6. Projection onto Convex Sets

   Low resolution images usually suffer from blurring caused by a sensors point spread function (PSF) and additionally from aliasing caused by under-sampling. The POCS method describes an alternative iterative approach to incorporate prior knowledge about the solution into the reconstruction process. With the estimates of registration parameters, this algorithm simultaneously solves the restoration and interpolation problem to estimate the SR image. The POCS formulation of the SR reconstruction was first suggested by Stark and Oskoui [2]. An estimate of the high-resolution version of the reference image is determined iteratively starting from some arbitrary initialization. Successive iterations are obtained by projecting the previous estimate onto the consistency set with an amplitude constraint set that restricts the gray levels of the estimate to the range [0, 255]. The advantage of POCS is that it is simple, and it utilizes the powerful spatial domain observation model. It also allows a convenient inclusion of a priori information. These methods have the disadvantages

   of non uniqueness of solution, slow convergence, and a high computational cost.

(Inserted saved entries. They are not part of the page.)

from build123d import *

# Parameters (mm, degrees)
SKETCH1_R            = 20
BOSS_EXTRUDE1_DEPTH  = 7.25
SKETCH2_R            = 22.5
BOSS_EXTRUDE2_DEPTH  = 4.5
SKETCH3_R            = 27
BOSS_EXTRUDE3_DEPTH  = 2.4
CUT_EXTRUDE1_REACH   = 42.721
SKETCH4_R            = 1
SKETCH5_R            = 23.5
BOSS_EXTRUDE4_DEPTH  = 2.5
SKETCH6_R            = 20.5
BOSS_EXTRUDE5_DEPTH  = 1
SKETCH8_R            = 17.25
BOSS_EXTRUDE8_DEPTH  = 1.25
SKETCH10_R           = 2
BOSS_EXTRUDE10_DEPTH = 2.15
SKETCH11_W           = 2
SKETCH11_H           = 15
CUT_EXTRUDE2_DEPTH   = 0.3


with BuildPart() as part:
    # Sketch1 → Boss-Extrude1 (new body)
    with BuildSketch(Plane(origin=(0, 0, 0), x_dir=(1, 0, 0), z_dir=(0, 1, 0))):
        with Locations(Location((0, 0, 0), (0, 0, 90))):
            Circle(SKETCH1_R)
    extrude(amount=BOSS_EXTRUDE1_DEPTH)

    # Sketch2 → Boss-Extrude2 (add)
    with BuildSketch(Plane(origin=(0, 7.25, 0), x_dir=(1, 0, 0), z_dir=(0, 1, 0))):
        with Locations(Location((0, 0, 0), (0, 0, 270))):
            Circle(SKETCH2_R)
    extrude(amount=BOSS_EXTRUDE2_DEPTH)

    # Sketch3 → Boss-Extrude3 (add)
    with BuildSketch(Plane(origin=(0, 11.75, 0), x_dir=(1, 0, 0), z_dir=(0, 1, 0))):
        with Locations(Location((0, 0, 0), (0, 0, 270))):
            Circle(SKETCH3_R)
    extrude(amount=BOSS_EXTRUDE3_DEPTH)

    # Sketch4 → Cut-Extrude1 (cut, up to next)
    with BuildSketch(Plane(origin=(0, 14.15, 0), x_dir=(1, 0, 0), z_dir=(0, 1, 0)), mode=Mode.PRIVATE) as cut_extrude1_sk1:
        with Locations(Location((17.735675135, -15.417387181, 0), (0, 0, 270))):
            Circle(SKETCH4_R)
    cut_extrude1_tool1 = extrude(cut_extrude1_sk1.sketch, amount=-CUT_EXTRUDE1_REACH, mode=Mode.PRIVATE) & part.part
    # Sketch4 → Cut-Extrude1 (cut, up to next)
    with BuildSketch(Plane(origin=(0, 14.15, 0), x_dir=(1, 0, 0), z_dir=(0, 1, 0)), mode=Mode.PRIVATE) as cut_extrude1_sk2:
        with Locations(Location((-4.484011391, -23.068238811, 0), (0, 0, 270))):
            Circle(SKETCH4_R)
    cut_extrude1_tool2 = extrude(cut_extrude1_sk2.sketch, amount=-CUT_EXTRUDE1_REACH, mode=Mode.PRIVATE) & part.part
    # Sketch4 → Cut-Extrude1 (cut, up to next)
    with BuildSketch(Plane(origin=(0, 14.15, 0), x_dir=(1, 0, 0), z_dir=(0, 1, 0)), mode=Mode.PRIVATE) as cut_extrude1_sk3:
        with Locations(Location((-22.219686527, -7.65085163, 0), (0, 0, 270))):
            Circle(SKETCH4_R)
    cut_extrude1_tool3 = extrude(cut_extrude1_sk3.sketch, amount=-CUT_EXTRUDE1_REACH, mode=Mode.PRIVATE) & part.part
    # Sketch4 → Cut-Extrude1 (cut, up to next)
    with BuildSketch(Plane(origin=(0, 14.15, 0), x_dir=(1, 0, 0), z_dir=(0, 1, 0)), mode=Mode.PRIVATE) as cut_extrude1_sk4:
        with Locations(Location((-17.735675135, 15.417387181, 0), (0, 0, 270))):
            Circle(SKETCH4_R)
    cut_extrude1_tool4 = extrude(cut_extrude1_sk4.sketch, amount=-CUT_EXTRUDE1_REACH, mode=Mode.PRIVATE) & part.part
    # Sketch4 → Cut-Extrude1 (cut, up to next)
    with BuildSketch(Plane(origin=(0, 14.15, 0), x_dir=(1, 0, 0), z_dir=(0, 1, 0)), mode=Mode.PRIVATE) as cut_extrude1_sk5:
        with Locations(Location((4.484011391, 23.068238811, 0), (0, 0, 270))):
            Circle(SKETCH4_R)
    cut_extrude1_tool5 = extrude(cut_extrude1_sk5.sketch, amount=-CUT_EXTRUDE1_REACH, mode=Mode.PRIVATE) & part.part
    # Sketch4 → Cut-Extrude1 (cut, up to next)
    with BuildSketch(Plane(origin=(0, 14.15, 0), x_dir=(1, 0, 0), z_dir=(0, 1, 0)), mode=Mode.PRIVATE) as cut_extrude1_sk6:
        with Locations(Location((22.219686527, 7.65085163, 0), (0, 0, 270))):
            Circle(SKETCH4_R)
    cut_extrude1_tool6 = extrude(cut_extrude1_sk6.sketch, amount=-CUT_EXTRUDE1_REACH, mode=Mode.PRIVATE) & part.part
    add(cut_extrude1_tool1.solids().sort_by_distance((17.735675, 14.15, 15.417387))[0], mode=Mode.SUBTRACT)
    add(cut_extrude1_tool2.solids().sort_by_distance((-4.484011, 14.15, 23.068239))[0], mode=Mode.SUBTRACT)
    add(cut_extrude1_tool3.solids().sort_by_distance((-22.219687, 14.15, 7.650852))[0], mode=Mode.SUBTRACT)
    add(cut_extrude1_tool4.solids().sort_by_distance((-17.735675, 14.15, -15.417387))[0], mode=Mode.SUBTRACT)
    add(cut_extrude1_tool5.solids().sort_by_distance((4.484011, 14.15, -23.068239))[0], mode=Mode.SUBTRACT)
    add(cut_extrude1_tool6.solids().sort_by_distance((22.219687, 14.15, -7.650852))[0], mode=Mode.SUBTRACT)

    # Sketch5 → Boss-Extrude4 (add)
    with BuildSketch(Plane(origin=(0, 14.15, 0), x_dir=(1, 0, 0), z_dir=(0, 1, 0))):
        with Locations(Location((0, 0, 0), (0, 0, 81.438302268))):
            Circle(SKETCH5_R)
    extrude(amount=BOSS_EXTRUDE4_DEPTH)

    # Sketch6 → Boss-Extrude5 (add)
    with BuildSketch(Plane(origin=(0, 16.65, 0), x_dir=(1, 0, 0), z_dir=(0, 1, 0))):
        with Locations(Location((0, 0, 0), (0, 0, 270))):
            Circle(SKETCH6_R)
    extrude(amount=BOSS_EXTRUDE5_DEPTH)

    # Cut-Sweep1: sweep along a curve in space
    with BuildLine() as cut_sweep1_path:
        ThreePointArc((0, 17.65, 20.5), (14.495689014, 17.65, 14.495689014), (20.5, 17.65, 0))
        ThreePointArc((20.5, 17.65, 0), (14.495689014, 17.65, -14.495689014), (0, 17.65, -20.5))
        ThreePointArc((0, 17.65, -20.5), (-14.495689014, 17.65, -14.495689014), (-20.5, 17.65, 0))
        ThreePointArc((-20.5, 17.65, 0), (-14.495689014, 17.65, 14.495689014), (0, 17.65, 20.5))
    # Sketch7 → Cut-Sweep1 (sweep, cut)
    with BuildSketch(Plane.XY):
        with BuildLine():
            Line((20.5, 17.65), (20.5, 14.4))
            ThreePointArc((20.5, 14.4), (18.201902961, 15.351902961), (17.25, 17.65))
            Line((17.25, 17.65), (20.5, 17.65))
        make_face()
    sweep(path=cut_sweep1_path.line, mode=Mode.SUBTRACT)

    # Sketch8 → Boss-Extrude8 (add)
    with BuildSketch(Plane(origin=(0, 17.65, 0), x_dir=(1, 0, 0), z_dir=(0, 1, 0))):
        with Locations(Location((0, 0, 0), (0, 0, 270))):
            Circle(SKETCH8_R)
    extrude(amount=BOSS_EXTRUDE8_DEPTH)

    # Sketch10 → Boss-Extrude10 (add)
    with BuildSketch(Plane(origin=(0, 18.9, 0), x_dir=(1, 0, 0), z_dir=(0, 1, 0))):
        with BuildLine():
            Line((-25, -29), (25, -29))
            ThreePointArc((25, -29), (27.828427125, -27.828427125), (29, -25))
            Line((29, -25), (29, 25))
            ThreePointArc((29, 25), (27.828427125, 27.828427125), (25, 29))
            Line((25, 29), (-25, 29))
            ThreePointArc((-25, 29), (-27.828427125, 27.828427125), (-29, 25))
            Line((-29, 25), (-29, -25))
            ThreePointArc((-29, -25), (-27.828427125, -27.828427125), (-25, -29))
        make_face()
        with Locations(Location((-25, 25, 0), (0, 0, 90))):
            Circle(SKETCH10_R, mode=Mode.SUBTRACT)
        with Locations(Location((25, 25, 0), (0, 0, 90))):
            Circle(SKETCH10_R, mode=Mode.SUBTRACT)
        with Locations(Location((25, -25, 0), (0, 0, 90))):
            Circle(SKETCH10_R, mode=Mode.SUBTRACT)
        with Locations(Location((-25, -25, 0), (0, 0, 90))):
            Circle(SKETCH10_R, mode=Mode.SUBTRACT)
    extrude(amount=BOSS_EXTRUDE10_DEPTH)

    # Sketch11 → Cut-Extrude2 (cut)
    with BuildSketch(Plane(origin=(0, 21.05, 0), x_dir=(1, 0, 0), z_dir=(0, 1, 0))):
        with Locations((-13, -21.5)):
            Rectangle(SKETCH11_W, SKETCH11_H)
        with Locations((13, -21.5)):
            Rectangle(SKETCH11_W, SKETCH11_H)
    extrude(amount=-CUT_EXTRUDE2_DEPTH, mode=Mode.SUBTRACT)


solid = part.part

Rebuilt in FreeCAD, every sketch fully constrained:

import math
import FreeCAD as App
import Part
import Sketcher
from FreeCAD import Vector

doc = App.newDocument("Part")
body = doc.addObject("PartDesign::Body", "Body")

sketch1 = body.newObject("Sketcher::SketchObject", "Sketch")
sketch1.AttachmentSupport = (doc.getObject("XZ_Plane"), [""])
sketch1.MapMode = "FlatFace"
sketch1.addGeometry(Part.Circle(Vector(0, 0, 0), Vector(0, 0, 1), 20), False)
sketch1.addConstraint([
    Sketcher.Constraint("Coincident", 0, 3, -1, 1),
    Sketcher.Constraint("Diameter", 0, 40.0),
])
pad1 = body.newObject("PartDesign::Pad", "Pad")
pad1.Profile = sketch1
pad1.Length = 7.25
pad1.Reversed = True

sketch2 = body.newObject("Sketcher::SketchObject", "Sketch001")
sketch2.AttachmentSupport = (doc.getObject("XZ_Plane"), [""])
sketch2.MapMode = "FlatFace"
sketch2.AttachmentOffset = App.Placement(Vector(0, 0, -7.25), App.Rotation())
sketch2.addGeometry(Part.Circle(Vector(0, 0, 0), Vector(0, 0, 1), 22), False)
sketch2.addConstraint([
    Sketcher.Constraint("Coincident", 0, 3, -1, 1),
    Sketcher.Constraint("Diameter", 0, 45.0),
])
pad2 = body.newObject("PartDesign::Pad", "Pad001")
pad2.Profile = sketch2
pad2.Length = 4.5
pad2.Reversed = True

sketch3 = body.newObject("Sketcher::SketchObject", "Sketch002")
sketch3.AttachmentSupport = (doc.getObject("XZ_Plane"), [""])
sketch3.MapMode = "FlatFace"
sketch3.AttachmentOffset = App.Placement(Vector(0, 0, -11.75), App.Rotation())
sketch3.addGeometry(Part.Circle(Vector(0, 0, 0), Vector(0, 0, 1), 27), False)
sketch3.addConstraint([
    Sketcher.Constraint("Coincident", 0, 3, -1, 1),
    Sketcher.Constraint("Diameter", 0, 54.0),
])
pad3 = body.newObject("PartDesign::Pad", "Pad002")
pad3.Profile = sketch3
pad3.Length = 2.4
pad3.Reversed = True

sketch4 = body.newObject("Sketcher::SketchObject", "Sketch003")
sketch4.AttachmentSupport = (doc.getObject("XZ_Plane"), [""])
sketch4.MapMode = "FlatFace"
sketch4.AttachmentOffset = App.Placement(Vector(0, 0, -14.15), App.Rotation())
sketch4.addGeometry(Part.Circle(Vector(17.7, 15.4, 0), Vector(0, 0, 1), 1), False)
sketch4.addConstraint([
    Sketcher.Constraint("Diameter", 0, 2.0),
    Sketcher.Constraint("DistanceX", -1, 1, 0, 3, 17.735675),
    Sketcher.Constraint("DistanceY", -1, 1, 0, 3, 15.417387),
])
pocket1 = body.newObject("PartDesign::Pocket", "Pocket")
pocket1.Profile = sketch4
pocket1.Type = "UpToFirst"
pocket1.Reversed = True

sketch5 = body.newObject("Sketcher::SketchObject", "Sketch004")
sketch5.AttachmentSupport = (doc.getObject("XZ_Plane"), [""])
sketch5.MapMode = "FlatFace"
sketch5.AttachmentOffset = App.Placement(Vector(0, 0, -14.15), App.Rotation())
sketch5.addGeometry(Part.Circle(Vector(-4.5, 23.1, 0), Vector(0, 0, 1), 1), False)
sketch5.addConstraint([
    Sketcher.Constraint("Diameter", 0, 2.0),
    Sketcher.Constraint("DistanceX", 0, 3, -1, 1, 4.484011),
    Sketcher.Constraint("DistanceY", -1, 1, 0, 3, 23.068239),
])
pocket2 = body.newObject("PartDesign::Pocket", "Pocket001")
pocket2.Profile = sketch5
pocket2.Type = "UpToFirst"
pocket2.Reversed = True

7. Papoulis-Gerchberg Algorithm

   This method assumes two things:

   • Some of the pixel values in the high-res grid are known.

   • The high frequency components in the high- res image are zero.

     It works by projecting HR grid data on the two sets described above. The steps are:

     1. Form a high res grid. Set the known pixels values from the low-res images (after converting their pixel position to the ref frame of first low- res image). The position on the HR grid is calculated by rounding the magnified pixel positions to nearest integer locations.

     2. Set the high-freq components to zero in the freq domain.

     3. Force the known pixel values in spatial domain. Iterate.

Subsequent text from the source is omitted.